[Opening DATA FOR ANALYSIS section]

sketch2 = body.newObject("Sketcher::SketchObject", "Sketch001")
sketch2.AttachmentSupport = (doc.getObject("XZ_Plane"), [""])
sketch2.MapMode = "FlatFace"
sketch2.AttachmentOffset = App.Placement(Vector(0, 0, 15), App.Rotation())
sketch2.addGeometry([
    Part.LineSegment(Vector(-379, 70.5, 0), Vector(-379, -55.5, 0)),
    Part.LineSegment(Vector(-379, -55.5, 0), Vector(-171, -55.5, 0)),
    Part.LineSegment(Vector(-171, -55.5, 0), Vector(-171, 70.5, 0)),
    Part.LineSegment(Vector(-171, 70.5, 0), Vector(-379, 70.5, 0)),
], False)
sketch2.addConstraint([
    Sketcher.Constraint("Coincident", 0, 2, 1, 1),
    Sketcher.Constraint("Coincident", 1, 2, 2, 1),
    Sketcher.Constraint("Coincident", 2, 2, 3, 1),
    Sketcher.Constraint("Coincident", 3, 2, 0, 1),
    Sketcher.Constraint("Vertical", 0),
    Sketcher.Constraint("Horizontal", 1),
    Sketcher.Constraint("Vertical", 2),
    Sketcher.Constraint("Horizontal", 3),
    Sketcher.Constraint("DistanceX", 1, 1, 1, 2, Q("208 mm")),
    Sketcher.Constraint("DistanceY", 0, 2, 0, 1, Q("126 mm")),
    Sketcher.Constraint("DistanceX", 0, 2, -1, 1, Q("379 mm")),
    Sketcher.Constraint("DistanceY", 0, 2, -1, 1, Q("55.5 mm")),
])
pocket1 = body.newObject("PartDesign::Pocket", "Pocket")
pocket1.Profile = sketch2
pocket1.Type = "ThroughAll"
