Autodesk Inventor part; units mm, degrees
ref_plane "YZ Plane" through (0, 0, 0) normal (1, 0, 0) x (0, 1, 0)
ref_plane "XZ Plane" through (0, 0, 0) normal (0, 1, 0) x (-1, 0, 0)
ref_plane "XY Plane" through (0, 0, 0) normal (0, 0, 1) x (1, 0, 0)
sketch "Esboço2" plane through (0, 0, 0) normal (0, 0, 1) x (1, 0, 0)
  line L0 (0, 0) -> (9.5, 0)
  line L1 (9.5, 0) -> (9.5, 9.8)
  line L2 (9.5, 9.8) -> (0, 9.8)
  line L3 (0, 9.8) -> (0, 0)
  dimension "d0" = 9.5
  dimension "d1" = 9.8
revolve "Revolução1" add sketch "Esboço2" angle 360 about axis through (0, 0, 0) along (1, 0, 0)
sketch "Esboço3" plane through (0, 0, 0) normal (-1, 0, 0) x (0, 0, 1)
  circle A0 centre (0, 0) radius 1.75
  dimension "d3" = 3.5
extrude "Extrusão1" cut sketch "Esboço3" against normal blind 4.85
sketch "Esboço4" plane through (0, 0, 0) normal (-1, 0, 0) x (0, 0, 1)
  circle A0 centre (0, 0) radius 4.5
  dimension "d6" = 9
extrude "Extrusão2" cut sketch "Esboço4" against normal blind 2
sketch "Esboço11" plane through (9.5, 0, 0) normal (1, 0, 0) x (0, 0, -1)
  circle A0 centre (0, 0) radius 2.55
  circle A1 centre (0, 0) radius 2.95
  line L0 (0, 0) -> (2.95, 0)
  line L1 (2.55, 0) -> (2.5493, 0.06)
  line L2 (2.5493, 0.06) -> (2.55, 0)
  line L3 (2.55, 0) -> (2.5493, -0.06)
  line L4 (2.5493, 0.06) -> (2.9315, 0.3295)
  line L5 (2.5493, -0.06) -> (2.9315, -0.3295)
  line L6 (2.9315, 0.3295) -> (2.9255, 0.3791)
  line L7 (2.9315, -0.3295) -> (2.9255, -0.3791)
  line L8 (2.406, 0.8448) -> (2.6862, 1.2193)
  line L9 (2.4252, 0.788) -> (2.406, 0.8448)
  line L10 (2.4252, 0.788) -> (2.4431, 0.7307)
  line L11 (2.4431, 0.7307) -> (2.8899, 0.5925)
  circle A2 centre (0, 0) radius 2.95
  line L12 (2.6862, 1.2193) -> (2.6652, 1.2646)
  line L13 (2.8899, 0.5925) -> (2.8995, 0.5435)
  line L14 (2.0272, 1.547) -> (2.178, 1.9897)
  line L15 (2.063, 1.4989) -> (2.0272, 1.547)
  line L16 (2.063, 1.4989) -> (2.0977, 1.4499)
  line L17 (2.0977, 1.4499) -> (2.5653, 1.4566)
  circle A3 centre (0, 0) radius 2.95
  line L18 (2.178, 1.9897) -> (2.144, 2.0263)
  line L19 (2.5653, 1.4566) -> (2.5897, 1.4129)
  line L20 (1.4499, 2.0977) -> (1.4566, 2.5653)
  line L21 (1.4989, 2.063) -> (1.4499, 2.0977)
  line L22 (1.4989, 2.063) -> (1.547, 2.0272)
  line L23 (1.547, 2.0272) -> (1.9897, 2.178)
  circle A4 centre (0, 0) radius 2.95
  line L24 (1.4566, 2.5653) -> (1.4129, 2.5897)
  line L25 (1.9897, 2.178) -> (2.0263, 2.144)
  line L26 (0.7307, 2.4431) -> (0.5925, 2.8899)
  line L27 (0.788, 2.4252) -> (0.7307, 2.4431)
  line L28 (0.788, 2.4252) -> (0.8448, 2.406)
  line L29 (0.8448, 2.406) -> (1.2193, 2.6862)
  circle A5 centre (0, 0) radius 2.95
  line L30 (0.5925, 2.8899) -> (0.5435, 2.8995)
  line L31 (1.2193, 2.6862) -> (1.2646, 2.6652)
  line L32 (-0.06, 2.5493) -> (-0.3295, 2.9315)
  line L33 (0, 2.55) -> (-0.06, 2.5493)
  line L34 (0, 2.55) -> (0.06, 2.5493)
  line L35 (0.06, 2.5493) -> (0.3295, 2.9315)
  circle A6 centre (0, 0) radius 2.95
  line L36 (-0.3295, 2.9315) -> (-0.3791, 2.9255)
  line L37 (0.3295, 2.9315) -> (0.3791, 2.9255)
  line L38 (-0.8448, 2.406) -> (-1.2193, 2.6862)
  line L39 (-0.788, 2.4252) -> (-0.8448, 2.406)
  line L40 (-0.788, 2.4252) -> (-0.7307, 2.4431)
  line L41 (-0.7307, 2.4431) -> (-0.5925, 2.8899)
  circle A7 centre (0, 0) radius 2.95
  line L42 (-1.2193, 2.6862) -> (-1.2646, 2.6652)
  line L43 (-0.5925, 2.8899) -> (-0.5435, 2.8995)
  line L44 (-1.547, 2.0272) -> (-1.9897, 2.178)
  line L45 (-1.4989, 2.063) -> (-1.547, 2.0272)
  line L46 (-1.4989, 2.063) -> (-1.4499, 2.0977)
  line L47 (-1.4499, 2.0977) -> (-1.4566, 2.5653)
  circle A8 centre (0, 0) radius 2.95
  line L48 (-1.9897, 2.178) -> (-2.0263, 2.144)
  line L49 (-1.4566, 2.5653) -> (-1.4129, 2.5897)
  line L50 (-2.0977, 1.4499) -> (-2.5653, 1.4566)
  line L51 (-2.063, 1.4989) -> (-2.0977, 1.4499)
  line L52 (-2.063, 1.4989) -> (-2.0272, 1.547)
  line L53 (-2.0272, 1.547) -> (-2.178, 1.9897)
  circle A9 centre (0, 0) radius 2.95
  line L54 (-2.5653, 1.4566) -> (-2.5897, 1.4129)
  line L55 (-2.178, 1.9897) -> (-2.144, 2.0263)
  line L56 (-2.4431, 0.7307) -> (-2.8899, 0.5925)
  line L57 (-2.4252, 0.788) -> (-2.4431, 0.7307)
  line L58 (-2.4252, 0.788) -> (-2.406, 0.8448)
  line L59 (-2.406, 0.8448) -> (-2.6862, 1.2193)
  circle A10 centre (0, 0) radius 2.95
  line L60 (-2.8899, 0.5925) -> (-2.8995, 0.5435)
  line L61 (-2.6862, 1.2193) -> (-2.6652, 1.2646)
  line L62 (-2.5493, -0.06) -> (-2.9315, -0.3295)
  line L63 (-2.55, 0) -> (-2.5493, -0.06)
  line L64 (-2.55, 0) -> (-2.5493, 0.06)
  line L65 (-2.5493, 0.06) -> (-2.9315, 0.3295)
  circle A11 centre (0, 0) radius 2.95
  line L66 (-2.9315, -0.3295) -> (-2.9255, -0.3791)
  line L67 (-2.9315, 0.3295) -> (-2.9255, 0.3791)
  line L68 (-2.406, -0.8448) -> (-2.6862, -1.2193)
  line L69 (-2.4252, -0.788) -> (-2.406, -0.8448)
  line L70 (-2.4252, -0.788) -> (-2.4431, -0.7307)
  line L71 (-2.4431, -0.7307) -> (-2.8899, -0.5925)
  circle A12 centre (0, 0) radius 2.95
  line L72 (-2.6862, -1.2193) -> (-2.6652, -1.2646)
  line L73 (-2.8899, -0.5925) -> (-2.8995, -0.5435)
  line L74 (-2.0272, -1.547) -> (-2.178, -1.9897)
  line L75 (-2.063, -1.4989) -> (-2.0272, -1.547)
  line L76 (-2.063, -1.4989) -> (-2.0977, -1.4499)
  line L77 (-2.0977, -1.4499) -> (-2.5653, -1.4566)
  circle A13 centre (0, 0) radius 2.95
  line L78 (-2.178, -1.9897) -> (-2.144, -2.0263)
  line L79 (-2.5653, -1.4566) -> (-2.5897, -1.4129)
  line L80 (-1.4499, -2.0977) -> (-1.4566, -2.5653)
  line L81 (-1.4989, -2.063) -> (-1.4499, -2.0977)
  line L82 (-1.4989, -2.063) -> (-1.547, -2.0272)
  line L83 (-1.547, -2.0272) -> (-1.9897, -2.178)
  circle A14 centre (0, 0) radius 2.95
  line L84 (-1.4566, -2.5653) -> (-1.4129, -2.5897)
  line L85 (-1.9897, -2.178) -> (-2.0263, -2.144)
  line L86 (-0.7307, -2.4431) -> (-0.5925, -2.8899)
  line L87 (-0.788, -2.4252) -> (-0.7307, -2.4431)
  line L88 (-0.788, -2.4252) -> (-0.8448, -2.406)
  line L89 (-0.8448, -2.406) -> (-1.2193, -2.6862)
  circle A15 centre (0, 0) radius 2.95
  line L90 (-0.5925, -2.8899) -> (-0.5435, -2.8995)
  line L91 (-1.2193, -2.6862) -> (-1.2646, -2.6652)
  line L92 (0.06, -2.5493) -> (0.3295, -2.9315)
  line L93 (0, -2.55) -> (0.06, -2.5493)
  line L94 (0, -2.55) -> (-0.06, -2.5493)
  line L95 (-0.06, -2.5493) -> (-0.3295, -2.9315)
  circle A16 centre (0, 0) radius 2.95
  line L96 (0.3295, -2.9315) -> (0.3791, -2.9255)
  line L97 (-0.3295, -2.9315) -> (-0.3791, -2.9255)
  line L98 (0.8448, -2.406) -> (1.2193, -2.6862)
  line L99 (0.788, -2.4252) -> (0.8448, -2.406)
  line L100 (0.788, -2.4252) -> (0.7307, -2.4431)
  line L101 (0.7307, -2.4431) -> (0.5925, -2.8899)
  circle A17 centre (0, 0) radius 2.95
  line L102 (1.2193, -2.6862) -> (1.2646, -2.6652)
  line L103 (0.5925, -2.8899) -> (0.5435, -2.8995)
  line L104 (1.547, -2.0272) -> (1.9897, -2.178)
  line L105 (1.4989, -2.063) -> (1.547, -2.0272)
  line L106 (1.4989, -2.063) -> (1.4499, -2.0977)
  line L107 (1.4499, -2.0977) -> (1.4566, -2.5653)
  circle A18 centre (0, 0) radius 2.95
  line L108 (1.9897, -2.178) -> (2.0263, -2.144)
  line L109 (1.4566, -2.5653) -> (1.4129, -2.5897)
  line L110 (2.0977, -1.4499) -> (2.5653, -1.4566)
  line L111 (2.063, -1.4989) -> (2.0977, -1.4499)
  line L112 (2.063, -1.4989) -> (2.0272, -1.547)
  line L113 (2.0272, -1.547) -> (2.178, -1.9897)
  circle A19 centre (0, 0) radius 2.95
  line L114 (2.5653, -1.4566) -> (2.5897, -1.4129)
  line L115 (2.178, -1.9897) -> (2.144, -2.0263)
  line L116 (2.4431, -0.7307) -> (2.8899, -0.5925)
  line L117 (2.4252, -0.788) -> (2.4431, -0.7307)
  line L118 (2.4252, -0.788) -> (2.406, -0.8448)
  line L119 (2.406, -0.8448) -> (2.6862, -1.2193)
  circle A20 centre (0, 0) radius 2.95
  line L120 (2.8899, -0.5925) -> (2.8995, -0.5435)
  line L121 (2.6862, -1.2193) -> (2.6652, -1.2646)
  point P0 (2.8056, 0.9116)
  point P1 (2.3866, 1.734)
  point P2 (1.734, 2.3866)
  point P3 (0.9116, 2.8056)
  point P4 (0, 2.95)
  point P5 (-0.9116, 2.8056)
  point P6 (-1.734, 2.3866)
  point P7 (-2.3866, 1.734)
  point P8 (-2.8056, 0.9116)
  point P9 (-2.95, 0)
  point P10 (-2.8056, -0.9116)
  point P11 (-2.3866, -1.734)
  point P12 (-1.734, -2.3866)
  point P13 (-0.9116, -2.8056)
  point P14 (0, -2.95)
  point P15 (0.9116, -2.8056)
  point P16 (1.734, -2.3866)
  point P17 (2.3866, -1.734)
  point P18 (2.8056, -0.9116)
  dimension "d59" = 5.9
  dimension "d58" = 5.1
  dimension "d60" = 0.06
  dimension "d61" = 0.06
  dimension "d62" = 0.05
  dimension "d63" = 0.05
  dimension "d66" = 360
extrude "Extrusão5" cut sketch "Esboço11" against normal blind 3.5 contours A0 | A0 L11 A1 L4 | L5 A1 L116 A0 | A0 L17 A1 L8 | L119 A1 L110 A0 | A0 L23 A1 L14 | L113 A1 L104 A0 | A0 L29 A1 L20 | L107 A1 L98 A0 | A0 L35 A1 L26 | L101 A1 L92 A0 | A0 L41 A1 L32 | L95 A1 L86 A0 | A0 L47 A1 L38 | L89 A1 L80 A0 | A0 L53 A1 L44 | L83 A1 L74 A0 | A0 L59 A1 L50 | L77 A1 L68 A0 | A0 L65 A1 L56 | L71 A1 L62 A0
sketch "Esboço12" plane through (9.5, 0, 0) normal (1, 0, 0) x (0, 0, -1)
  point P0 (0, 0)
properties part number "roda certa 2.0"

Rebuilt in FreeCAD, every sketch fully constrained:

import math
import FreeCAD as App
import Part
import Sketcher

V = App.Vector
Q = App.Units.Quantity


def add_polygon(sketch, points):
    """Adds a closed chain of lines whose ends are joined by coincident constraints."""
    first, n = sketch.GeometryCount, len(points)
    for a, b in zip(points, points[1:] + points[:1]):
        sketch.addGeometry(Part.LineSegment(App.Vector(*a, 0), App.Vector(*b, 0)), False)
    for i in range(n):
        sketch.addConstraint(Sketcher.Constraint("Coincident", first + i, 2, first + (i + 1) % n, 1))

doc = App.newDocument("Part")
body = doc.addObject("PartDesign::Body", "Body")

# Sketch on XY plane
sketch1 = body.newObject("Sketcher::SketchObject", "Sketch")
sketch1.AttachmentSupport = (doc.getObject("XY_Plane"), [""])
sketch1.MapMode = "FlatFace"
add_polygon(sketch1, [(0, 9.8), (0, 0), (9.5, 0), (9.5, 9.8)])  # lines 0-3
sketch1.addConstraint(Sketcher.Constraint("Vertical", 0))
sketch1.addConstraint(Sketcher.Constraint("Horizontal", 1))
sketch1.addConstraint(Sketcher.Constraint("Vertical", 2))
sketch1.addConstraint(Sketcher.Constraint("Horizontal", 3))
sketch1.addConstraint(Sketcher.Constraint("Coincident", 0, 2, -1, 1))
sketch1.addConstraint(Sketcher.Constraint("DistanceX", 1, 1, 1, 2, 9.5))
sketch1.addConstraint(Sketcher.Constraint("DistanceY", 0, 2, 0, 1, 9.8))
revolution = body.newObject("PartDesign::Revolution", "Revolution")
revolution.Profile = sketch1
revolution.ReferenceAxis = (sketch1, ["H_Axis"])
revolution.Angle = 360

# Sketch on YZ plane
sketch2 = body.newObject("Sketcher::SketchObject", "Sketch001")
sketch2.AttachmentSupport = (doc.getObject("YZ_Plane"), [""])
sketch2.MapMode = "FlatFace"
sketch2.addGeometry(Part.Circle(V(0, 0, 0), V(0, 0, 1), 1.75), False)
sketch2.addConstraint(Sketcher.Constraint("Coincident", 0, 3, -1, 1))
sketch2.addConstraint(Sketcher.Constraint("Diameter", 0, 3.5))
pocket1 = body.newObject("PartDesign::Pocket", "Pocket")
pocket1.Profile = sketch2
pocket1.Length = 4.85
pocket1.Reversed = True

[Closing DATA FOR ANALYSIS section]
[Opening DATA FOR ANALYSIS section]

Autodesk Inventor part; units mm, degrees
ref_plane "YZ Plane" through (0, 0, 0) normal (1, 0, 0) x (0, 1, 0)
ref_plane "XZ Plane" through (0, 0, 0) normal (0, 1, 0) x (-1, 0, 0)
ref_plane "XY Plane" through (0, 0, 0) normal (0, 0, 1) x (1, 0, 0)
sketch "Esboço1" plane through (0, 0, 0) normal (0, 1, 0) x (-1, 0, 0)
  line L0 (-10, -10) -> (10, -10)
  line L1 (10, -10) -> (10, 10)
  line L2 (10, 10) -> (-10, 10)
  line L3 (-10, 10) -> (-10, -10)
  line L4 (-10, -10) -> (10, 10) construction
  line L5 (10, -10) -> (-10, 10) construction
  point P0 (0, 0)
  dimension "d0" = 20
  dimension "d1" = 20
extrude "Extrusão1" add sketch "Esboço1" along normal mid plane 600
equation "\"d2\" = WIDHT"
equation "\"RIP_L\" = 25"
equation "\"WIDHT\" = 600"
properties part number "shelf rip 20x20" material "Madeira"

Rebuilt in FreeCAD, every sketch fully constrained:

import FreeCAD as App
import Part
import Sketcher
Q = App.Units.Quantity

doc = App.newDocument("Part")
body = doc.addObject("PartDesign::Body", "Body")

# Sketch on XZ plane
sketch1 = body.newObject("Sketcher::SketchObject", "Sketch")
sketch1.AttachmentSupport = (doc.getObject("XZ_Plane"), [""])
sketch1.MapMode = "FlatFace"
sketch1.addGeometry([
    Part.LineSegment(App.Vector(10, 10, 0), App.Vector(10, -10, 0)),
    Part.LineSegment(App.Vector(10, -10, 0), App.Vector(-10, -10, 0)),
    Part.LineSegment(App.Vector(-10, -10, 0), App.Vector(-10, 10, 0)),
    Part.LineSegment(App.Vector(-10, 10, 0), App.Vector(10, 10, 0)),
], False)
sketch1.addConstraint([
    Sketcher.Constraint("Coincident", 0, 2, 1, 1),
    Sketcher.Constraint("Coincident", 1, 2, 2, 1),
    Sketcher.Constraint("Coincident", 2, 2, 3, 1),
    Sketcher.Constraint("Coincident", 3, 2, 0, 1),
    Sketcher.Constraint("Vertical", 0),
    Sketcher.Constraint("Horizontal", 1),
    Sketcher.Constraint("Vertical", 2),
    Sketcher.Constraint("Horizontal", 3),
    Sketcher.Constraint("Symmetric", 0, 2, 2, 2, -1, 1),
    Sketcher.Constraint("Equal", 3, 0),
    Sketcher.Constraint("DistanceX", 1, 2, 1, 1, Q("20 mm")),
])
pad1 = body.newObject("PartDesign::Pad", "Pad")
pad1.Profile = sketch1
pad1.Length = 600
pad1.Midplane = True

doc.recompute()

[Closing DATA FOR ANALYSIS section]

> **WHAT IS REQUIRED**: Work out how many lines in this data contain "properties". Only that number should be given.

> **TASK RESULT**: 2